Task goal ->
Repeat, exactly as written, the lines of the records below from the first through the line with "#5=PRODUCT_DEFINITION_CONTEXT('',#1,'design');", but none past it.

Records to use ->
_ _ _ _ _ _ _

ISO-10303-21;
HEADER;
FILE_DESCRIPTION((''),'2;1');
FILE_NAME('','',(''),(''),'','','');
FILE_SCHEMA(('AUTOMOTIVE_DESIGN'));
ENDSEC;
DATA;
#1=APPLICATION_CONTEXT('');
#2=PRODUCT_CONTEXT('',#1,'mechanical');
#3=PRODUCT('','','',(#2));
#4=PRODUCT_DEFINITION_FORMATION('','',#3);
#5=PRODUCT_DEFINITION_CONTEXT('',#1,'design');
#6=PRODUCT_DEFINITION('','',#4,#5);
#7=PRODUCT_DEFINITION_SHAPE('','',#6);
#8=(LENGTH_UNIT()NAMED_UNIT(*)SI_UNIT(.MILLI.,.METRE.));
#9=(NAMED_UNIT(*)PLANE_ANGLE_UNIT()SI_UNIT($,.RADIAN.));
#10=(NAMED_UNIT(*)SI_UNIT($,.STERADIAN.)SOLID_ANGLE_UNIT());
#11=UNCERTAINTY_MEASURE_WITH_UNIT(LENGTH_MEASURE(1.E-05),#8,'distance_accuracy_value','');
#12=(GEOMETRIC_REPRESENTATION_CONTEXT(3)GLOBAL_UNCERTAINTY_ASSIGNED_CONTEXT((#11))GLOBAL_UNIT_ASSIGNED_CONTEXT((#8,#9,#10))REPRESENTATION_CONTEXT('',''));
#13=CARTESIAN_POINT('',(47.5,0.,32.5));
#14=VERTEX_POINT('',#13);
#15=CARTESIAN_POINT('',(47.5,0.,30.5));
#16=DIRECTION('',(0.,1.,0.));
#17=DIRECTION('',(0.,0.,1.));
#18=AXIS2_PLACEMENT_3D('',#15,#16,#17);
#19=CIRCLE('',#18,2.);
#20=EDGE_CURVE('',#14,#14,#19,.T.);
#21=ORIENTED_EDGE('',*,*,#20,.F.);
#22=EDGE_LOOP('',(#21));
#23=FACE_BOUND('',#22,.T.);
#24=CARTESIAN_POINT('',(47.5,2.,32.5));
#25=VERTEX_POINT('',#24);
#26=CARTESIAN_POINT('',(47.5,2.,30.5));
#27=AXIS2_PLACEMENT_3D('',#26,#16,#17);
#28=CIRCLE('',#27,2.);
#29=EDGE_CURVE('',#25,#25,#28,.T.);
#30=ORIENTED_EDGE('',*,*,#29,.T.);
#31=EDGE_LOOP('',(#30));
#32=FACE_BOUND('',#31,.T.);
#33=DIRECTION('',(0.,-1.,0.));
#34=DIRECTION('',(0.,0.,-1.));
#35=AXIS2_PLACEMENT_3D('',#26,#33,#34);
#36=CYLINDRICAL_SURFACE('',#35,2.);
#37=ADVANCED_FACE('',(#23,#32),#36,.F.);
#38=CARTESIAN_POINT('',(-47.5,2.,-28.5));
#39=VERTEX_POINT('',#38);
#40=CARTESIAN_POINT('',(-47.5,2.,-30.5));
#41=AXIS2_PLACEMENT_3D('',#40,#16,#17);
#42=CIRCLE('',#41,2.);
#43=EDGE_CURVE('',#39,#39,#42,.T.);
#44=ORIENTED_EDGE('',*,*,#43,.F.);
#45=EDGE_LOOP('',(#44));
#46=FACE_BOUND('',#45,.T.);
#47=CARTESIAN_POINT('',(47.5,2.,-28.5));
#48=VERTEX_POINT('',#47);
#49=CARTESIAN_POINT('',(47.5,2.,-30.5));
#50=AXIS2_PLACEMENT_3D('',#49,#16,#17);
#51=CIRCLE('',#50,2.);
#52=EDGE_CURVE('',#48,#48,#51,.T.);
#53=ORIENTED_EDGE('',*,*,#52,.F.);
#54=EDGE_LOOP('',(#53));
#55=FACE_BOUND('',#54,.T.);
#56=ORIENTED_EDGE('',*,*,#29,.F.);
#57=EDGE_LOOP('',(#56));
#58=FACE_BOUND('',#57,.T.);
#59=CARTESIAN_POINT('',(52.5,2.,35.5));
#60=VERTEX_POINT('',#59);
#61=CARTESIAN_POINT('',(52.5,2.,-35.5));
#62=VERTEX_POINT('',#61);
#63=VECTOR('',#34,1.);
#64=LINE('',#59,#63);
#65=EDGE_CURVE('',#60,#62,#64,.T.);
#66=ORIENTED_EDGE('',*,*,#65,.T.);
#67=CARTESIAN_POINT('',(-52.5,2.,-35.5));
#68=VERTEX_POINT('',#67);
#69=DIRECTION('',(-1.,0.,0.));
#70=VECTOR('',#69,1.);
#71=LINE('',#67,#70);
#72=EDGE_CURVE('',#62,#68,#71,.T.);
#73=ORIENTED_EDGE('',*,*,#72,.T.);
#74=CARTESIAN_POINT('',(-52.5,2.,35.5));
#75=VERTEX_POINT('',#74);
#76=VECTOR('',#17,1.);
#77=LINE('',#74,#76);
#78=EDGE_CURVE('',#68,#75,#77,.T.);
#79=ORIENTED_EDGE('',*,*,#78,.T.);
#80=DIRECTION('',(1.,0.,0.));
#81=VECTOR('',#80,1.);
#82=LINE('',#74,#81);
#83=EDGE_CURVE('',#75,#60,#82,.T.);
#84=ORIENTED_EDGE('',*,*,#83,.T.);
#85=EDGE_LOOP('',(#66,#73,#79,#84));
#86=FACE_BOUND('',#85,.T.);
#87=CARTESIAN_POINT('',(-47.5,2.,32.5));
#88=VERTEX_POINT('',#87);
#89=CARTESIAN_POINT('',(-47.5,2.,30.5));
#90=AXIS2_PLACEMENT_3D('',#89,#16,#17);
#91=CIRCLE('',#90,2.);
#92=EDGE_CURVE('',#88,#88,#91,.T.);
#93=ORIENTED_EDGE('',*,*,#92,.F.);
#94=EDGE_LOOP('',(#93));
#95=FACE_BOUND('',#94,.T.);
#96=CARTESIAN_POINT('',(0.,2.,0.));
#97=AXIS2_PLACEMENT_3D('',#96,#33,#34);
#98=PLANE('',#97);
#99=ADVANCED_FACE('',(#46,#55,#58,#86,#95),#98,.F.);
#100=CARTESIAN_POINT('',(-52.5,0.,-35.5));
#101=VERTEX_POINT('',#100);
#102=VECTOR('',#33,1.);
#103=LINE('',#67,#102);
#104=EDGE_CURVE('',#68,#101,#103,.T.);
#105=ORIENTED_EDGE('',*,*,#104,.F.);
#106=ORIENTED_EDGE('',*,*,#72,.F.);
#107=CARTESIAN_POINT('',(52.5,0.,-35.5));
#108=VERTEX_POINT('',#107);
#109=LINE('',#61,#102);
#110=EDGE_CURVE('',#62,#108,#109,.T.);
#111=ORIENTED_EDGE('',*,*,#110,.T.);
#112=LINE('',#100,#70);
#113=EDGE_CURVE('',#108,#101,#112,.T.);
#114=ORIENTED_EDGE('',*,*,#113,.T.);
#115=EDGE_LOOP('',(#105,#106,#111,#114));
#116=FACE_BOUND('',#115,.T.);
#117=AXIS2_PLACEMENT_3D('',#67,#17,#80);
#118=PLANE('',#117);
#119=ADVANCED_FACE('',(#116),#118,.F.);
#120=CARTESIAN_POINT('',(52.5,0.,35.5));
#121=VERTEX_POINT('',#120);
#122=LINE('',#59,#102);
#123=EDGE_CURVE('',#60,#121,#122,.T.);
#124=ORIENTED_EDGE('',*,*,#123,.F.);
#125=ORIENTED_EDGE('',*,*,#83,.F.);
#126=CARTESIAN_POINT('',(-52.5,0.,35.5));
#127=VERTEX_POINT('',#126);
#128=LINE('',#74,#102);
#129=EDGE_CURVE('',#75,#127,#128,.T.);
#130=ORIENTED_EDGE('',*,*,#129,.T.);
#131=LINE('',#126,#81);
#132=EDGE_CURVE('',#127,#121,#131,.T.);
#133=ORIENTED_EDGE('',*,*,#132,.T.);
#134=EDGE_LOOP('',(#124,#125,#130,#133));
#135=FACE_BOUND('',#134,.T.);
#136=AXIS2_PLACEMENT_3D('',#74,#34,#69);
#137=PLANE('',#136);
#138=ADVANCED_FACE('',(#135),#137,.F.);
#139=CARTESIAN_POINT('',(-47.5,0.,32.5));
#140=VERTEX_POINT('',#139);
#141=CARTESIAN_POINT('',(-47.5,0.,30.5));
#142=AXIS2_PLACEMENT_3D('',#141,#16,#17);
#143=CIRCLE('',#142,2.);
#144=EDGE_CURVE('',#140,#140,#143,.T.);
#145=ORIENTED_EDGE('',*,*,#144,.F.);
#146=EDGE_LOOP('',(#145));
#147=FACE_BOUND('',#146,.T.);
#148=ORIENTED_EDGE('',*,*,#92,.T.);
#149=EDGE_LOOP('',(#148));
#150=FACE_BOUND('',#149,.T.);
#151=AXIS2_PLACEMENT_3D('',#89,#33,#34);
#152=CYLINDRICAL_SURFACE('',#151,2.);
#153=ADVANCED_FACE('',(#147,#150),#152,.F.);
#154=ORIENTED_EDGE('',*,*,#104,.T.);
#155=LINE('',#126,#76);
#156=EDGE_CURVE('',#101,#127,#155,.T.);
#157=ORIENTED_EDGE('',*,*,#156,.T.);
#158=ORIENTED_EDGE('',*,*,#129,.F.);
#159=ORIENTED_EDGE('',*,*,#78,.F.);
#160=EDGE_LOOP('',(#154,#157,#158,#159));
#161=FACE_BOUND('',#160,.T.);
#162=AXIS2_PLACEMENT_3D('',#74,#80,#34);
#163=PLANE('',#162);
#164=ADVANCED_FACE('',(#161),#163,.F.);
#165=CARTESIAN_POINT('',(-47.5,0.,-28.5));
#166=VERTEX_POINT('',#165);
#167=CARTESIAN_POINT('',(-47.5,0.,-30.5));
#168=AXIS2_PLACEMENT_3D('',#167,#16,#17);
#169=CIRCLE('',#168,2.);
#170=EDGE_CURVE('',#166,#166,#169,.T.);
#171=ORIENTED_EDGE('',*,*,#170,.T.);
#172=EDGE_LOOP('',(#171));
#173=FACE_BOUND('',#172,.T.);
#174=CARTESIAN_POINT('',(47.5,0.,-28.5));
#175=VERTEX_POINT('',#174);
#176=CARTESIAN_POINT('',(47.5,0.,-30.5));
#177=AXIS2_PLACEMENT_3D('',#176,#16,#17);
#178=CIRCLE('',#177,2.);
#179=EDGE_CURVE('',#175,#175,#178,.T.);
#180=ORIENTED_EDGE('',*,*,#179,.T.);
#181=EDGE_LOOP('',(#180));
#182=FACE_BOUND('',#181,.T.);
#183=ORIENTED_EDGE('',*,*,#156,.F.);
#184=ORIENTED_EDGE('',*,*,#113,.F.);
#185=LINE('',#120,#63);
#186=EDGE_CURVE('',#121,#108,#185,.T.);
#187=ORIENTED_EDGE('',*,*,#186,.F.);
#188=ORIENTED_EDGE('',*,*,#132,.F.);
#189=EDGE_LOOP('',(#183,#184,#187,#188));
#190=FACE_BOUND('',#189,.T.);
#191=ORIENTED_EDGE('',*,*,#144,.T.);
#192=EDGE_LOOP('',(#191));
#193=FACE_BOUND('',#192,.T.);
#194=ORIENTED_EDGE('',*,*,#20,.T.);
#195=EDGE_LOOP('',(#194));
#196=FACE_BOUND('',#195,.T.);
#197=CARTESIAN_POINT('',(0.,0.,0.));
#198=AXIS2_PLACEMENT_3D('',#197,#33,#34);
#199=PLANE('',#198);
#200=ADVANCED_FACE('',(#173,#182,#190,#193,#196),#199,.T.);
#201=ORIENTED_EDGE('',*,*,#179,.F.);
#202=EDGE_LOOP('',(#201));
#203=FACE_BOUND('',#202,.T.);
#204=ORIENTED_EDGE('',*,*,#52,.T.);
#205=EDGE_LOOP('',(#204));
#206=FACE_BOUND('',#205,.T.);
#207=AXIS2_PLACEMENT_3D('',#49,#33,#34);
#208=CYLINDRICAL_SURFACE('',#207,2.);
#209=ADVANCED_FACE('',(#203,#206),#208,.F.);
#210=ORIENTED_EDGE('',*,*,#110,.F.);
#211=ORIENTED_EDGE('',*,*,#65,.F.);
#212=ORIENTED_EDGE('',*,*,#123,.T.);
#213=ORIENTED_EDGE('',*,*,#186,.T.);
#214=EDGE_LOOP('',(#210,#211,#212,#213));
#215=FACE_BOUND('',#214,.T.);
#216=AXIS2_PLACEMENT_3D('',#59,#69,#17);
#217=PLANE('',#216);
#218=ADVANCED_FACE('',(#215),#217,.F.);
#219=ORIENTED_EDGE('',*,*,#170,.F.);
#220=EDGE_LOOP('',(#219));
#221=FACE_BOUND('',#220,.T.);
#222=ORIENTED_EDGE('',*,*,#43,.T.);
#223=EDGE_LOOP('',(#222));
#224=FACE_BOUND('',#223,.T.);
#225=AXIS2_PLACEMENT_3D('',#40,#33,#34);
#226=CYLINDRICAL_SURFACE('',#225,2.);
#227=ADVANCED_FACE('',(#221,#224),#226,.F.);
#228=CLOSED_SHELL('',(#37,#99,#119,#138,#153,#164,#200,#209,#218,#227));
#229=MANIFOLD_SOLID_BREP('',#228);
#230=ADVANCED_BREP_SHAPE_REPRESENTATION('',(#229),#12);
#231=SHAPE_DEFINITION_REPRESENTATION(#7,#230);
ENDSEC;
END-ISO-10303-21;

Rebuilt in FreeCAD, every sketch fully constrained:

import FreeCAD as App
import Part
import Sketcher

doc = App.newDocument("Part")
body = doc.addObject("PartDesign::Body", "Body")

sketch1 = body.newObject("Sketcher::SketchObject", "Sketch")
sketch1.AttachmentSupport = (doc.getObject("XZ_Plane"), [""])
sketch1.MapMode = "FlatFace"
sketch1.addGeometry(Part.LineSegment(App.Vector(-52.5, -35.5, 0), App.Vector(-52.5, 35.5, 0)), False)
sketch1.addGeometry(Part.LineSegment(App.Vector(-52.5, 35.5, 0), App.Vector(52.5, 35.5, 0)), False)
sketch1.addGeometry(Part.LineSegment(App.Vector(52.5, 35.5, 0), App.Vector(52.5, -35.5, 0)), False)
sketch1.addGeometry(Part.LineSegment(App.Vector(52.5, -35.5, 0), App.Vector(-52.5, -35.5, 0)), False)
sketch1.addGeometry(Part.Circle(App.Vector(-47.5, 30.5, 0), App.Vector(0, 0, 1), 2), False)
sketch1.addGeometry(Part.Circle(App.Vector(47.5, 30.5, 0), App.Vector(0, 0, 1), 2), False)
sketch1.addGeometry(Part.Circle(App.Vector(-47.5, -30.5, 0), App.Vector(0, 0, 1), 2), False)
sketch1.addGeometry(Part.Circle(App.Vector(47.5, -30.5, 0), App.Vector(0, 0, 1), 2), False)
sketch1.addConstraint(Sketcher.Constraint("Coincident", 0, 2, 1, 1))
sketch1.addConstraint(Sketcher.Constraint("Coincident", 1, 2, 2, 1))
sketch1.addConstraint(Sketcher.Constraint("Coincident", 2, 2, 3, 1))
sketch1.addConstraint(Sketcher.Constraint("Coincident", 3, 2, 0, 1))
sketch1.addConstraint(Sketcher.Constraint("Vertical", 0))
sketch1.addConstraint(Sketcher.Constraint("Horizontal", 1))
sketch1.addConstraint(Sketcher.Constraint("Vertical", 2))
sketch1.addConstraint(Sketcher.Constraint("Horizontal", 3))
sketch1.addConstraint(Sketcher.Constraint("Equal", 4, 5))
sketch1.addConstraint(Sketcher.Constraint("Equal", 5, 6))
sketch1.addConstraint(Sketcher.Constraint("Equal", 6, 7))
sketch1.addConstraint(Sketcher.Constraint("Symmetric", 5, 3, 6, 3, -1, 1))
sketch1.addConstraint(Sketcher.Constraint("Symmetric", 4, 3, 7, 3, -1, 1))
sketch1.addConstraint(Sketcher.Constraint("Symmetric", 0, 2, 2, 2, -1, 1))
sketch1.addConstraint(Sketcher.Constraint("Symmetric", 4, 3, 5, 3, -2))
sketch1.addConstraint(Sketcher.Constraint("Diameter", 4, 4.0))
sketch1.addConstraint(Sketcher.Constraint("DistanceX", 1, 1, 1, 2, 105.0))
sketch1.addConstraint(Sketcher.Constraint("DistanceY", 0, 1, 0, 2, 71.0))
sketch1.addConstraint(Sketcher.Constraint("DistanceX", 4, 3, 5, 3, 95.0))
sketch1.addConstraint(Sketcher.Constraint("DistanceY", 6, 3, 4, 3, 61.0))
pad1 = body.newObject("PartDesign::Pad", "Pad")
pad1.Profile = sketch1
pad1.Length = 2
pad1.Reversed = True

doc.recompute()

_ _ _ _ _ _ _

Answer area ->
ISO-10303-21;
HEADER;
FILE_DESCRIPTION((''),'2;1');
FILE_NAME('','',(''),(''),'','','');
FILE_SCHEMA(('AUTOMOTIVE_DESIGN'));
ENDSEC;
DATA;
#1=APPLICATION_CONTEXT('');
#2=PRODUCT_CONTEXT('',#1,'mechanical');
#3=PRODUCT('','','',(#2));
#4=PRODUCT_DEFINITION_FORMATION('','',#3);
#5=PRODUCT_DEFINITION_CONTEXT('',#1,'design');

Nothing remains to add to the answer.